Леонтьев начинает даже ценить Османскую Империю и не одобряет попыток к скорейшему «освобождению» братьев-славян, так как ничего, кроме европеизации и русофобии (ибо Россия более не надобна), им это не принесет: «Без турецкого презервативного колпака разрушительное действие либерального европеизма станет сильнее».
«При образовании того оборонительного союза государств, о котором я выше говорил, непременно выработается у юго-западных славян такая мысль, что крайнее государственное всеславянство может быть куплено только ослаблением русского единого государства, причем племена, более нас молодые, должны занять первенствующее место не только благодаря своей молодой нетерпимости, своей подавленной жажде жить и властвовать… Образование одного сплошного и всеславянского государства было бы началом падения Царства Русского. Слияние Славян в одно государство было бы кануном разложения России. „Русское море“ иссякло бы от слияния в нем „славянских ручьев“», — опасался К. Леонтьев.
Дипломатическую карьеру Леонтьева прерывает чудесное обращение к вере. В 1871 году консул, находясь в охваченной холерой области, внезапно заболевает. Было ли это действительно смертоносное заболевание или сильное расстройство, похожее на него, но Константин Николаевич в лихорадке и слабости был абсолютно уверен в том, что приходит так рано его смертный час.
Глядя на икону Божией Матери, только что подаренную русскими купцами и беззаботно повешенную на стену, он сперва кричит ей в исступлении и бреду: «Рано, матушка, рано! Ошиблась. Я бы мог ещё много сделать в жизни», а потом вспоминает детские молитвы и начинает умолять Богородицу спасти его и обещает принять монашество, если ему будет дарована жизнь. И почти в ту же минуту он вспоминает, что при себе у него опийная настойка — безальтернативный «антибиотик» той эпохи. С безошибочной точностью врача выбрав дозировку, Леонтьев засыпает и просыпается совершенно здоровым, навсегда уверенный, что призван к новой жизни чудом.

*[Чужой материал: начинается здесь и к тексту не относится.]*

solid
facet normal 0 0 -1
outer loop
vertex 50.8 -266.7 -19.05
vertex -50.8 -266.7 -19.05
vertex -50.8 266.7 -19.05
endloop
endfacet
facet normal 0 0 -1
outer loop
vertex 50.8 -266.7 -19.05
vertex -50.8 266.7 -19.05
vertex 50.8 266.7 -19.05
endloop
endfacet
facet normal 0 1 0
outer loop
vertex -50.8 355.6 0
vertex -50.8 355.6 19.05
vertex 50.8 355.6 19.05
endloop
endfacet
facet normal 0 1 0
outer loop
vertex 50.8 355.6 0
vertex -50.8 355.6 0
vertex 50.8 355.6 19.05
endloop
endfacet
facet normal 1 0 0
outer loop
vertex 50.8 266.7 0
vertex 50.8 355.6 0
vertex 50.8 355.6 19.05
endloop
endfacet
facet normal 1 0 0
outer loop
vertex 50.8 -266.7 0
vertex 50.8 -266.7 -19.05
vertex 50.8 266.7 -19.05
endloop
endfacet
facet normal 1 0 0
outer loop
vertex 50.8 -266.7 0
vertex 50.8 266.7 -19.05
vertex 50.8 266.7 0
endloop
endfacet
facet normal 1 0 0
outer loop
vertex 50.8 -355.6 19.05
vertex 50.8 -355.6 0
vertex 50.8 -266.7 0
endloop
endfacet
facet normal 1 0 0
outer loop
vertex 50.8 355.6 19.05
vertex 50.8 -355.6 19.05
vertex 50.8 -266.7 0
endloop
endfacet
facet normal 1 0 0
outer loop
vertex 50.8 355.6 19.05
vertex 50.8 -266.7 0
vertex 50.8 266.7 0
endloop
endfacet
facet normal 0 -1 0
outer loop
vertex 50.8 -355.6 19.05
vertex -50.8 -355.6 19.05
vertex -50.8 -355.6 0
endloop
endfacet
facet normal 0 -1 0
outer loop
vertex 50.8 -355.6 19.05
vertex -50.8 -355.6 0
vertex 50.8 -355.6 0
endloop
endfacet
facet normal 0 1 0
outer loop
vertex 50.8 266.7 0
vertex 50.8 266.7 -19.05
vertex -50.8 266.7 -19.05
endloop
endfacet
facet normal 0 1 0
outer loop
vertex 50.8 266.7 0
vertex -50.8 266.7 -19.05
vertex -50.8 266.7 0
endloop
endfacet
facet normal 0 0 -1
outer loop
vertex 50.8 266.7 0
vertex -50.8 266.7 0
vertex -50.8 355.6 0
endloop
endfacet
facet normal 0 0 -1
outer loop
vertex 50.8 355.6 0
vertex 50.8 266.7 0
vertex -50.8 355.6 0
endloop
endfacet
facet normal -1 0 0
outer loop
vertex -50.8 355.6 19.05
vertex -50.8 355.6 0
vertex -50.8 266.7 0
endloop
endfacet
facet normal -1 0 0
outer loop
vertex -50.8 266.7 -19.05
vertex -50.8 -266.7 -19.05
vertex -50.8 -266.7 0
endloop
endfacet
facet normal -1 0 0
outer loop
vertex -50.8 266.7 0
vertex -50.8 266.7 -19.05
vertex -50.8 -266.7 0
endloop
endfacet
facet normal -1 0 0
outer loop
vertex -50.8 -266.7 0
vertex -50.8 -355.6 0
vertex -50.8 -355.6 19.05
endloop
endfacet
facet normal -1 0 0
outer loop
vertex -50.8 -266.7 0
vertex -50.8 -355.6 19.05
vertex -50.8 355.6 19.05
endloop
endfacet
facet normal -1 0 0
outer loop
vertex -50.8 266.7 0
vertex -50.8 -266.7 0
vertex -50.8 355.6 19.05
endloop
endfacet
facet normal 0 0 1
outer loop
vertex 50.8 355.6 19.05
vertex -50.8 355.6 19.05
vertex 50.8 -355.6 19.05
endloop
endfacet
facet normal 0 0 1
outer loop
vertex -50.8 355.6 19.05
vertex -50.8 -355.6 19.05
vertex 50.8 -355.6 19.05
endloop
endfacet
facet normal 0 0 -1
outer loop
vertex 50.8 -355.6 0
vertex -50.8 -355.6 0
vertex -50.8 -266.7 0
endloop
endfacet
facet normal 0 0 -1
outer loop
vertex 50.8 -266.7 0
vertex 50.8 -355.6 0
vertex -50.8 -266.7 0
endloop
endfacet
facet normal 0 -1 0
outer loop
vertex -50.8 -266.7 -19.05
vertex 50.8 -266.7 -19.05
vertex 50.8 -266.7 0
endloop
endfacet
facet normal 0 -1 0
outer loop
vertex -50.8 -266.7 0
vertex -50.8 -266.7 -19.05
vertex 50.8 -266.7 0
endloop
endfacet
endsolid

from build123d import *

# Parameters (mm, degrees)
F0_W     = 101.6
F0_H     = 38.1
F1_DEPTH = 355.6
F2_W     = 88.9
F2_H     = 19.05
F3_DEPTH = 101.601


with BuildPart() as f1:
    # F0 (on Front) → F1 (new body, symmetric)
    with BuildSketch(Plane.XZ):
        Rectangle(F0_W, F0_H)
    extrude(amount=F1_DEPTH, both=True)

    # F2 (on face) → F3 (cut, through all)
    with BuildSketch(Plane.YZ.offset(50.8)):
        with Locations((311.15, -9.525)):
            Rectangle(F2_W, F2_H)
        with Locations((-311.15, -9.525)):
            Rectangle(F2_W, F2_H)
    extrude(amount=-F3_DEPTH, mode=Mode.SUBTRACT)


solid = f1.part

«Мне недоставало тогда сильного горя; не было и тени смирения, я верил в себя. Я был тогда гораздо счастливее, чем в юности, и потому я был крайне самодоволен. С [18]69 года внезапно начался перелом; удар следовал за ударом. Я впервые ясно почувствовал над собою какую-то высшую десницу и захотел этой деснице подчиниться и в ней найти опору от жесточайшей внутренней бури; я искал только формы общения с Богом. Естественнее всего было подчиниться в православной форме. Я поехал на Афон, чтобы попытаться стать настоящим православным; чтобы меня строгие монахи научили веровать. Я согласен был им подчиниться умом и волей. Между тем удары извне сами по себе продолжались всё более и более сильные; почва душевная была готова, и пришла, наконец, неожиданная минута, когда я, до тех пор вообще смелый, почувствовал незнакомый мне дотоле ужас, а не просто страх. Этот ужас был в одно и то же время и духовный и телесный; одновременно и ужас греха, и ужас смерти. А до этой минуты я ни того, ни другого сильно не чувствовал. Черта заветная была пройдена. Я стал бояться Бога и Церкви. С течением времени физический страх опять прошел, духовный же остался и всё вырастал», — так описывал К. Леонтьев новый произошедший с ним душевный поворот.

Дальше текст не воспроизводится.